Gifts, of course, have a deceptive innocence. They are rooted in customs and traditions, but also widely associated with corruption. The UN Convention Against Corruption (UNCAC) recognises the acceptance of gifts by public officials as a factor fuelling corruption. As a result, gifts to public officials are tightly regulated in most countries. Indeed, most countries, such as the US and China, have local regulations that limit the value of gifts that a public official can receive, while it is commonplace to require any gift having more than a nominal value of between $10 and $50 to be declared in a gifts and hospitality register. Indeed, many private companies maintain gifts and hospitality registers to protect themselves from allegations of bribery and improper behaviour.

But Nigeria has very weak rules on public officers receiving gifts. Section 3 of the Fifth Schedule of the Constitution allows a public officer to receive “personal gifts or benefits from relatives or personal friends to such extent and on such occasions as are recognised by custom”. No country with endemic corruption like Nigeria, and that is serious about fighting graft, would have such a nebulous provision on gifts to public officers. What does “to such extent” mean? How much does it cover? $1m, $5m? Who determines what is “recognised by custom”? Is customary law the arbiter? What about “personal friends”? For instance, should a lawyer appearing in a case before a judge give a “gift” to that judge as a “personal friend”?

Of course, when the lawyer in question, Kola Awodein SAN and Buhari’s spokesman, Femi Adesina, defended the “gift”, as being in the spirit of “longstanding friendship”, “as our customs well recognises and demands”, they could technically rely on the get-out provision of the Fifth Schedule. But every lawyer should avoid even the appearance of impropriety, and not hide behind technicalities. No lawyer will give such a gift to a judge in the UK or US, whatever the relationship. And no public officer would receive $9.8m as gifts, as Yakubu allegedly claimed, without declaring them, and naming the donors.

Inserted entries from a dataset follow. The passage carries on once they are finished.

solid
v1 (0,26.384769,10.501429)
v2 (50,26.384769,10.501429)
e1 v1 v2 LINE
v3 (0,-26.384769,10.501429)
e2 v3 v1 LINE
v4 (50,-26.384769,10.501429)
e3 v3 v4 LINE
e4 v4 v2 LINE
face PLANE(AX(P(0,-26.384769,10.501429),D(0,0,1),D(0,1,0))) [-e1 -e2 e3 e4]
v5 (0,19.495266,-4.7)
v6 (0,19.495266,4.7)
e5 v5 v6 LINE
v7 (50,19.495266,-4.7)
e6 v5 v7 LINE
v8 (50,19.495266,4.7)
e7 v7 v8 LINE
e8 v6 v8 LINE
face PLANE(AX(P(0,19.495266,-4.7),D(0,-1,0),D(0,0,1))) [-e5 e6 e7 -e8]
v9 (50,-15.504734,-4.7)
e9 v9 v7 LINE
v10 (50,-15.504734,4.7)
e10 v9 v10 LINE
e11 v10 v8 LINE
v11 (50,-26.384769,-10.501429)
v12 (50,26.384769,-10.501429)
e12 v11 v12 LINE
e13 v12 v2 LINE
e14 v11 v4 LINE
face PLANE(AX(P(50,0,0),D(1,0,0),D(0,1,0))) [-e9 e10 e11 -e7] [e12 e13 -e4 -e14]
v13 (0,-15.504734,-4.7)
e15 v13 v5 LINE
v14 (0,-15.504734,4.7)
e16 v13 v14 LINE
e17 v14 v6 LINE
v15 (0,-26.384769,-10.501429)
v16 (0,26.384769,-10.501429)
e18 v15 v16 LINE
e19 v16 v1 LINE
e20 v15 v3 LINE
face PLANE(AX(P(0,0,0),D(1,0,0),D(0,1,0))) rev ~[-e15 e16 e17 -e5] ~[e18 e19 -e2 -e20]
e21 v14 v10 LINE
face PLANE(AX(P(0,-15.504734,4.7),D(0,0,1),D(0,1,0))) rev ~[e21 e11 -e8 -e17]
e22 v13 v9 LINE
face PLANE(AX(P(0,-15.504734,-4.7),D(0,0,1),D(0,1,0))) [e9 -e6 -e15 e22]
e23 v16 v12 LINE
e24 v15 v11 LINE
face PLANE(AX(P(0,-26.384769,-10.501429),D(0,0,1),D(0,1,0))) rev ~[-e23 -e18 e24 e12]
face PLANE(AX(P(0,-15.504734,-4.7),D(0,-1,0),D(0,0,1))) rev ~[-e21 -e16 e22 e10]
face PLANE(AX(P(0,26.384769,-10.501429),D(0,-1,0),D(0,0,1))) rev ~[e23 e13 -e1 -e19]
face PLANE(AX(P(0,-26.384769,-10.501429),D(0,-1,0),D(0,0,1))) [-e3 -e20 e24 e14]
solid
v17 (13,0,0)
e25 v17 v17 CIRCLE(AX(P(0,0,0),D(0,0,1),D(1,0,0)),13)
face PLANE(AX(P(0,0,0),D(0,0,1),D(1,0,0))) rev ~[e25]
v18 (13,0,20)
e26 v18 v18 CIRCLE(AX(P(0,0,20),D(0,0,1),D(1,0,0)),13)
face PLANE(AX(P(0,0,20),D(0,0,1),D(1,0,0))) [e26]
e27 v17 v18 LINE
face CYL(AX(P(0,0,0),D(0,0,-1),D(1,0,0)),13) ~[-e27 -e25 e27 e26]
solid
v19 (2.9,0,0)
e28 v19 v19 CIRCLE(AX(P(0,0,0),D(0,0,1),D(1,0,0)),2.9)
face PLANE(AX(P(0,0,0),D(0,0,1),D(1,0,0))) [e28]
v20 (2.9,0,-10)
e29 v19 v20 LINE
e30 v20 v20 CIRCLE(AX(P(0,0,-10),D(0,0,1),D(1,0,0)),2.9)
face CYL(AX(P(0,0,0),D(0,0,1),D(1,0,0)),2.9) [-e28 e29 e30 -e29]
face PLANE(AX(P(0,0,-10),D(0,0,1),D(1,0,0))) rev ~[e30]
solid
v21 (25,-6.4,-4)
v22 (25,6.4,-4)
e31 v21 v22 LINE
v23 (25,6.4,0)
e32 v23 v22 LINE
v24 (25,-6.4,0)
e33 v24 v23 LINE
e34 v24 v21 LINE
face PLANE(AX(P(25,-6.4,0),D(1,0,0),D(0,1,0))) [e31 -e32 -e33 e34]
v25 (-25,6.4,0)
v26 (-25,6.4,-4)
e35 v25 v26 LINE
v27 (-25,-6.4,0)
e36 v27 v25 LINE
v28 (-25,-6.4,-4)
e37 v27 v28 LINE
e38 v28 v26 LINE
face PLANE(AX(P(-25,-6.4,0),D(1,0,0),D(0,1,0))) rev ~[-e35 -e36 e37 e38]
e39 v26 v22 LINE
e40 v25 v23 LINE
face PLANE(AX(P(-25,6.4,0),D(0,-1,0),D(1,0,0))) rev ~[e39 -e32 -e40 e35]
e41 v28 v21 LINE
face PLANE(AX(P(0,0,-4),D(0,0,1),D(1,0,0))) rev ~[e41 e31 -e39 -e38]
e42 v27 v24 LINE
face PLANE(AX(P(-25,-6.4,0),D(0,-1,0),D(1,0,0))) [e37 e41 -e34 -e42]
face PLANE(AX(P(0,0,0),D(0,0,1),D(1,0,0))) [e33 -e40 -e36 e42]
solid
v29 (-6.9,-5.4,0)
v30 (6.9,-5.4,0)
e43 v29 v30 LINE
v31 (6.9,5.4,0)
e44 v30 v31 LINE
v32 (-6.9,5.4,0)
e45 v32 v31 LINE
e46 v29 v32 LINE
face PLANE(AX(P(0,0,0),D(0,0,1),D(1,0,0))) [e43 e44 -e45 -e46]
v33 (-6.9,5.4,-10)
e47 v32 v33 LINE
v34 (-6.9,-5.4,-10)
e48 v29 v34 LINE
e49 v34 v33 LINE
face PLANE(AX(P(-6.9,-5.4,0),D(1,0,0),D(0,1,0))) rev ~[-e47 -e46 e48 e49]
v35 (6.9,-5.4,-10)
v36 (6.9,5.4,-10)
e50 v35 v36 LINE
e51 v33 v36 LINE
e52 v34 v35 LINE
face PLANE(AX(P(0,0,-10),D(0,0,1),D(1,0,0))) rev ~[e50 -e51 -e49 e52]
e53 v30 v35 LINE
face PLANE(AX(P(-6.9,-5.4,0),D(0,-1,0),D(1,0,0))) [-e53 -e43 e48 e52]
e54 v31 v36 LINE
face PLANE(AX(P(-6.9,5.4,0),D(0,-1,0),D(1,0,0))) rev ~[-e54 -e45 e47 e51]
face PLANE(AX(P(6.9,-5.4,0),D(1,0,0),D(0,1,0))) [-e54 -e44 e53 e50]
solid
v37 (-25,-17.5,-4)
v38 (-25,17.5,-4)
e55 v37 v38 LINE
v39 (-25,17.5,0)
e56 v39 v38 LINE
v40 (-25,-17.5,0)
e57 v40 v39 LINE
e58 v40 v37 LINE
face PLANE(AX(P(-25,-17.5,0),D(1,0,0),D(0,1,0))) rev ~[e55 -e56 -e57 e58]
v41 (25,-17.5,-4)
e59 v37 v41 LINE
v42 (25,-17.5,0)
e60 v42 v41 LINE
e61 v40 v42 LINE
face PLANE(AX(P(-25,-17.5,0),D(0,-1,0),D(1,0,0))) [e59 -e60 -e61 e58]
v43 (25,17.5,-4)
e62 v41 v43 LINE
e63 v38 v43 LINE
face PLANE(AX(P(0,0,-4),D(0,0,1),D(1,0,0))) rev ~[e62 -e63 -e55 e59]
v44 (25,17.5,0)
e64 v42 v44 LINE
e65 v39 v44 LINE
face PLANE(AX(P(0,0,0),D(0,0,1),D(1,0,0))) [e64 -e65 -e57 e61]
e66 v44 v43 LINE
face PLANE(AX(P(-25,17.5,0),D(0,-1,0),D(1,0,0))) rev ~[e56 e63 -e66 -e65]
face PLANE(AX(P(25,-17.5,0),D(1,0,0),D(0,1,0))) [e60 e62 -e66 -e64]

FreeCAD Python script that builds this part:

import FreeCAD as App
import Part
import Sketcher

V = App.Vector
Q = App.Units.Quantity

doc = App.newDocument("Part")
body = doc.addObject("PartDesign::Body", "Body")

sketch1 = doc.addObject("Sketcher::SketchObject", "Sketch")
body.addObject(sketch1)
sketch1.AttachmentSupport = (doc.XY_Plane, [""])
sketch1.MapMode = "FlatFace"
sketch1.addGeometry(Part.Circle(V(0, 0, 0), V(0, 0, 1), 13), False)
sketch1.addConstraint(Sketcher.Constraint("Coincident", 0, 3, -1, 1))
sketch1.addConstraint(Sketcher.Constraint("Diameter", 0, Q("26 mm")))
pad1 = doc.addObject("PartDesign::Pad", "Pad")
body.addObject(pad1)
pad1.Profile = sketch1
pad1.Length = 20
body2 = doc.addObject("PartDesign::Body", "Body001")

sketch2 = doc.addObject("Sketcher::SketchObject", "Sketch001")
body2.addObject(sketch2)
sketch2.AttachmentSupport = (doc.getObject("XY_Plane001"), [""])
sketch2.MapMode = "FlatFace"
sketch2.addGeometry(Part.LineSegment(V(-6.9, 5.4, 0), V(-6.9, -5.4, 0)), False)
sketch2.addGeometry(Part.LineSegment(V(-6.9, -5.4, 0), V(6.9, -5.4, 0)), False)
sketch2.addGeometry(Part.LineSegment(V(6.9, -5.4, 0), V(6.9, 5.4, 0)), False)
sketch2.addGeometry(Part.LineSegment(V(6.9, 5.4, 0), V(-6.9, 5.4, 0)), False)
sketch2.addConstraint(Sketcher.Constraint("Coincident", 0, 2, 1, 1))
sketch2.addConstraint(Sketcher.Constraint("Coincident", 1, 2, 2, 1))
sketch2.addConstraint(Sketcher.Constraint("Coincident", 2, 2, 3, 1))
sketch2.addConstraint(Sketcher.Constraint("Coincident", 3, 2, 0, 1))
sketch2.addConstraint(Sketcher.Constraint("Vertical", 0))
sketch2.addConstraint(Sketcher.Constraint("Horizontal", 1))
sketch2.addConstraint(Sketcher.Constraint("Vertical", 2))
sketch2.addConstraint(Sketcher.Constraint("Horizontal", 3))
sketch2.addConstraint(Sketcher.Constraint("Symmetric", 0, 2, 2, 2, -1, 1))
sketch2.addConstraint(Sketcher.Constraint("DistanceX", 1, 1, 1, 2, Q("13.8 mm")))
sketch2.addConstraint(Sketcher.Constraint("DistanceY", 0, 2, 0, 1, Q("10.8 mm")))
pad2 = doc.addObject("PartDesign::Pad", "Pad001")
body2.addObject(pad2)
pad2.Profile = sketch2
pad2.Length = 10
pad2.Reversed = True
body3 = doc.addObject("PartDesign::Body", "Body002")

But, let’s face it, the wider issue is that, despite the moral outrage and righteous indignation often expressed by Nigerian leaders, there is no credible commitment to tackling corruption. Until there is a rigorous system of asset declaration and disclosure, scrupulously enforced, until the rules on gifts to public officers are tightened, and until there is an effective system of wealth monitoring, including the introduction of Unexplained Wealth Orders (UWOs), Nigeria will be fighting a losing battle against corruption!